■ RECORDS TO USE ■
--*--
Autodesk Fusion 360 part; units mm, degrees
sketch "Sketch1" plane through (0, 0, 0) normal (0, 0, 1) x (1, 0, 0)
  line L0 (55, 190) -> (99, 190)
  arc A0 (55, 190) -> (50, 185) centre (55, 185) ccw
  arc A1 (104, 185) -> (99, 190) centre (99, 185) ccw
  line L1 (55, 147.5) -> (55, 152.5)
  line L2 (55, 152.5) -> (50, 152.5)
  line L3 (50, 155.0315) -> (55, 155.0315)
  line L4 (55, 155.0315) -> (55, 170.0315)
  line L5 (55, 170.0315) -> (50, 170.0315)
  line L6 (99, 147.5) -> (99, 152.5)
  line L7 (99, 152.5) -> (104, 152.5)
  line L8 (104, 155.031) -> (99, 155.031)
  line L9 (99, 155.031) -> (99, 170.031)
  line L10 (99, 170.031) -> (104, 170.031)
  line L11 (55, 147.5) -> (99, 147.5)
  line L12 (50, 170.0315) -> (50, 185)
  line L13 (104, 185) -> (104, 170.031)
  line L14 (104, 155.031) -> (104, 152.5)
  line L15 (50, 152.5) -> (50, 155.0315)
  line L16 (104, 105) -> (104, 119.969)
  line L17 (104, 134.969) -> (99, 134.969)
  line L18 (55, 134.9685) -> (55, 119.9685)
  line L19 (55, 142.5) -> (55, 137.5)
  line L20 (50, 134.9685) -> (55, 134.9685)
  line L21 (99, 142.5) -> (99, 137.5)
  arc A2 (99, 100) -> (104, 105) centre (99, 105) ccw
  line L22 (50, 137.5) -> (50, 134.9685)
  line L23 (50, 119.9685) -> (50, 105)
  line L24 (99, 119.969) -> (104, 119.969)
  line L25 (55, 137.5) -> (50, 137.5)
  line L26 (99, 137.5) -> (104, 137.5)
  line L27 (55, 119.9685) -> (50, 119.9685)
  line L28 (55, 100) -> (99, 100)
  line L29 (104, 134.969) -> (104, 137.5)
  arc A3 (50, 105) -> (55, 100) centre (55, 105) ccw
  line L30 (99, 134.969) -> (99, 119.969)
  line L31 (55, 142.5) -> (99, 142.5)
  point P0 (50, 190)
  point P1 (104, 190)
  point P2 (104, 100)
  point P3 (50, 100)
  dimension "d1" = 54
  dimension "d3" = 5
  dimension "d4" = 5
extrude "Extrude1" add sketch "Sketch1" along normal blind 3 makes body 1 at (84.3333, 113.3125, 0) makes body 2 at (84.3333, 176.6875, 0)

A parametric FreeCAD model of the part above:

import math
import FreeCAD as App
import Part
import Sketcher

V = App.Vector

doc = App.newDocument("Part")
params = doc.addObject("Spreadsheet::Sheet", "Params")
for row, (alias, value) in enumerate([
    ("sketch1_radius", "5 mm"),
    ("sketch1_width", "44 mm"),
    ("sketch1_height", "15 mm"),
    ("pad1_length", "3 mm"),
], start=1):
    params.set(f"A{row}", alias)
    params.set(f"B{row}", "=" + value)
    params.setAlias(f"B{row}", alias)

body = doc.addObject("PartDesign::Body", "Body")
body.AllowCompound = True

# Sketch on XY plane
sketch1 = body.newObject("Sketcher::SketchObject", "Sketch")
sketch1.AttachmentSupport = (doc.getObject("XY_Plane"), [""])
sketch1.MapMode = "FlatFace"
sketch1.addGeometry([
    Part.LineSegment(V(99, 190, 0), V(55, 190, 0)),  # 0
    Part.ArcOfCircle(Part.Circle(V(55, 185, 0), V(0, 0, 1), 5), math.radians(90), math.radians(180)),  # 1
    Part.LineSegment(V(50, 185, 0), V(50, 170, 0)),  # 2
    Part.LineSegment(V(50, 170, 0), V(55, 170, 0)),  # 3
    Part.LineSegment(V(55, 170, 0), V(55, 155, 0)),  # 4
    Part.LineSegment(V(55, 155, 0), V(50, 155, 0)),  # 5
    Part.LineSegment(V(50, 155, 0), V(50, 152.5, 0)),  # 6
    Part.LineSegment(V(50, 152.5, 0), V(55, 152.5, 0)),  # 7
    Part.LineSegment(V(55, 152.5, 0), V(55, 147.5, 0)),  # 8
    Part.LineSegment(V(55, 147.5, 0), V(99, 147.5, 0)),  # 9
    Part.LineSegment(V(99, 147.5, 0), V(99, 152.5, 0)),  # 10
    Part.LineSegment(V(99, 152.5, 0), V(104, 152.5, 0)),  # 11
    Part.LineSegment(V(104, 152.5, 0), V(104, 155, 0)),  # 12
    Part.LineSegment(V(104, 155, 0), V(99, 155, 0)),  # 13
    Part.LineSegment(V(99, 155, 0), V(99, 170, 0)),  # 14
    Part.LineSegment(V(99, 170, 0), V(104, 170, 0)),  # 15
    Part.LineSegment(V(104, 170, 0), V(104, 185, 0)),  # 16
    Part.ArcOfCircle(Part.Circle(V(99, 185, 0), V(0, 0, 1), 5), math.radians(0), math.radians(90)),  # 17
    Part.ArcOfCircle(Part.Circle(V(99, 105, 0), V(0, 0, 1), 5), math.radians(-90), math.radians(0)),  # 18
    Part.LineSegment(V(104, 105, 0), V(104, 120, 0)),  # 19
    Part.LineSegment(V(104, 120, 0), V(99, 120, 0)),  # 20
    Part.LineSegment(V(99, 120, 0), V(99, 135, 0)),  # 21
    Part.LineSegment(V(99, 135, 0), V(104, 135, 0)),  # 22
    Part.LineSegment(V(104, 135, 0), V(104, 137.5, 0)),  # 23
    Part.LineSegment(V(104, 137.5, 0), V(99, 137.5, 0)),  # 24
    Part.LineSegment(V(99, 137.5, 0), V(99, 142.5, 0)),  # 25
    Part.LineSegment(V(99, 142.5, 0), V(55, 142.5, 0)),  # 26
    Part.LineSegment(V(55, 142.5, 0), V(55, 137.5, 0)),  # 27
    Part.LineSegment(V(55, 137.5, 0), V(50, 137.5, 0)),  # 28
    Part.LineSegment(V(50, 137.5, 0), V(50, 135, 0)),  # 29
    Part.LineSegment(V(50, 135, 0), V(55, 135, 0)),  # 30
    Part.LineSegment(V(55, 135, 0), V(55, 120, 0)),  # 31
    Part.LineSegment(V(55, 120, 0), V(50, 120, 0)),  # 32
    Part.LineSegment(V(50, 120, 0), V(50, 105, 0)),  # 33
    Part.ArcOfCircle(Part.Circle(V(55, 105, 0), V(0, 0, 1), 5), math.radians(180), math.radians(270)),  # 34
    Part.LineSegment(V(55, 100, 0), V(99, 100, 0)),  # 35
], False)
sketch1.addConstraint([
    Sketcher.Constraint("Tangent", 0, 2, 1, 1),
    Sketcher.Constraint("Tangent", 1, 2, 2, 1),
    Sketcher.Constraint("Coincident", 2, 2, 3, 1),
    Sketcher.Constraint("Coincident", 3, 2, 4, 1),
    Sketcher.Constraint("Coincident", 4, 2, 5, 1),
    Sketcher.Constraint("Coincident", 5, 2, 6, 1),
    Sketcher.Constraint("Coincident", 6, 2, 7, 1),
    Sketcher.Constraint("Coincident", 7, 2, 8, 1),
    Sketcher.Constraint("Coincident", 8, 2, 9, 1),
    Sketcher.Constraint("Coincident", 9, 2, 10, 1),
    Sketcher.Constraint("Coincident", 10, 2, 11, 1),
    Sketcher.Constraint("Coincident", 11, 2, 12, 1),
    Sketcher.Constraint("Coincident", 12, 2, 13, 1),
    Sketcher.Constraint("Coincident", 13, 2, 14, 1),
    Sketcher.Constraint("Coincident", 14, 2, 15, 1),
    Sketcher.Constraint("Coincident", 15, 2, 16, 1),
    Sketcher.Constraint("Tangent", 16, 2, 17, 1),
    Sketcher.Constraint("Tangent", 17, 2, 0, 1),
    Sketcher.Constraint("Tangent", 18, 2, 19, 1),
    Sketcher.Constraint("Coincident", 19, 2, 20, 1),
    Sketcher.Constraint("Coincident", 20, 2, 21, 1),
    Sketcher.Constraint("Coincident", 21, 2, 22, 1),
    Sketcher.Constraint("Coincident", 22, 2, 23, 1),
    Sketcher.Constraint("Coincident", 23, 2, 24, 1),
    Sketcher.Constraint("Coincident", 24, 2, 25, 1),
    Sketcher.Constraint("Coincident", 25, 2, 26, 1),
    Sketcher.Constraint("Coincident", 26, 2, 27, 1),
    Sketcher.Constraint("Coincident", 27, 2, 28, 1),
    Sketcher.Constraint("Coincident", 28, 2, 29, 1),
    Sketcher.Constraint("Coincident", 29, 2, 30, 1),
    Sketcher.Constraint("Coincident", 30, 2, 31, 1),
    Sketcher.Constraint("Coincident", 31, 2, 32, 1),
    Sketcher.Constraint("Coincident", 32, 2, 33, 1),
    Sketcher.Constraint("Tangent", 33, 2, 34, 1),
    Sketcher.Constraint("Tangent", 34, 2, 35, 1),
    Sketcher.Constraint("Tangent", 35, 2, 18, 1),
    Sketcher.Constraint("Horizontal", 0),
    Sketcher.Constraint("Vertical", 2),
    Sketcher.Constraint("Horizontal", 3),
    Sketcher.Constraint("Vertical", 4),
    Sketcher.Constraint("Horizontal", 5),
    Sketcher.Constraint("Vertical", 6),
    Sketcher.Constraint("Horizontal", 7),
    Sketcher.Constraint("Vertical", 8),
    Sketcher.Constraint("Horizontal", 9),
    Sketcher.Constraint("Vertical", 10),
    Sketcher.Constraint("Horizontal", 11),
    Sketcher.Constraint("Vertical", 12),
    Sketcher.Constraint("Horizontal", 13),
    Sketcher.Constraint("Vertical", 14),
    Sketcher.Constraint("Horizontal", 15),
    Sketcher.Constraint("Vertical", 16),
    Sketcher.Constraint("Vertical", 19),
    Sketcher.Constraint("Horizontal", 20),
    Sketcher.Constraint("Vertical", 21),
    Sketcher.Constraint("Horizontal", 22),
    Sketcher.Constraint("Vertical", 23),
    Sketcher.Constraint("Horizontal", 24),
    Sketcher.Constraint("Vertical", 25),
    Sketcher.Constraint("Horizontal", 26),
    Sketcher.Constraint("Vertical", 27),
    Sketcher.Constraint("Horizontal", 28),
    Sketcher.Constraint("Vertical", 29),
    Sketcher.Constraint("Horizontal", 30),
    Sketcher.Constraint("Vertical", 31),
    Sketcher.Constraint("Horizontal", 32),
    Sketcher.Constraint("Vertical", 33),
    Sketcher.Constraint("Horizontal", 35),
    Sketcher.Constraint("Equal", 1, 17),
    Sketcher.Constraint("Equal", 17, 18),
    Sketcher.Constraint("Equal", 18, 34),
    Sketcher.Constraint("Horizontal", 7, 2, 10, 2),
    Sketcher.Constraint("Horizontal", 24, 2, 27, 2),
    Sketcher.Constraint("Vertical", 17, 3, 18, 3),
    Sketcher.Constraint("Vertical", 1, 3, 34, 3),
    Sketcher.Constraint("Vertical", 0, 2, 3, 2),
    Sketcher.Constraint("Vertical", 2, 2, 5, 2),
    Sketcher.Constraint("Vertical", 4, 2, 7, 2),
    Sketcher.Constraint("Vertical", 18, 3, 9, 2),
    Sketcher.Constraint("Vertical", 10, 2, 13, 2),
    Sketcher.Constraint("Vertical", 12, 2, 15, 2),
    Sketcher.Constraint("Vertical", 17, 2, 20, 2),
    Sketcher.Constraint("Vertical", 19, 2, 22, 2),
    Sketcher.Constraint("Vertical", 21, 2, 24, 2),
    Sketcher.Constraint("Vertical", 8, 2, 26, 2),
    Sketcher.Constraint("Vertical", 6, 2, 28, 2),
    Sketcher.Constraint("Vertical", 27, 2, 30, 2),
    Sketcher.Constraint("Equal", 32, 8),
    Sketcher.Constraint("Equal", 4, 14),
    Sketcher.Constraint("Equal", 16, 19),
    Sketcher.Constraint("Equal", 14, 21),
    Sketcher.Constraint("Equal", 12, 23),
    Sketcher.Constraint("Equal", 10, 25),
    Sketcher.Constraint("Equal", 6, 29),
    Sketcher.Constraint("Equal", 21, 31),
    Sketcher.Constraint("Radius", 1, 5.0),
    Sketcher.Constraint("DistanceY", 25, 2, 9, 2, 5.0),
    Sketcher.Constraint("DistanceX", 0, 2, 0, 1, 44.0),
    Sketcher.Constraint("DistanceY", 4, 2, 4, 1, 15.0),
    Sketcher.Constraint("DistanceX", -1, 1, 1, 3, 55.0),
    Sketcher.Constraint("DistanceY", -1, 1, 1, 3, 185.0),
    Sketcher.Constraint("DistanceY", -1, 1, 18, 3, 105.0),
    Sketcher.Constraint("DistanceY", 12, 1, 12, 2, 2.531),
    Sketcher.Constraint("DistanceY", 2, 2, 2, 1, 14.9685),
])
sketch1.setExpression("Constraints[95]", "Params.sketch1_radius")
sketch1.setExpression("Constraints[97]", "Params.sketch1_width")
sketch1.setExpression("Constraints[98]", "Params.sketch1_height")
pad1 = body.newObject("PartDesign::Pad", "Pad")
pad1.Profile = sketch1
pad1.setExpression("Length", "Params.pad1_length")

doc.recompute()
--*--
Each line above where the word "normal" occurs should be returned in full.

sketch "Sketch1" plane through (0, 0, 0) normal (0, 0, 1) x (1, 0, 0)
extrude "Extrude1" add sketch "Sketch1" along normal blind 3 makes body 1 at (84.3333, 113.3125, 0) makes body 2 at (84.3333, 176.6875, 0)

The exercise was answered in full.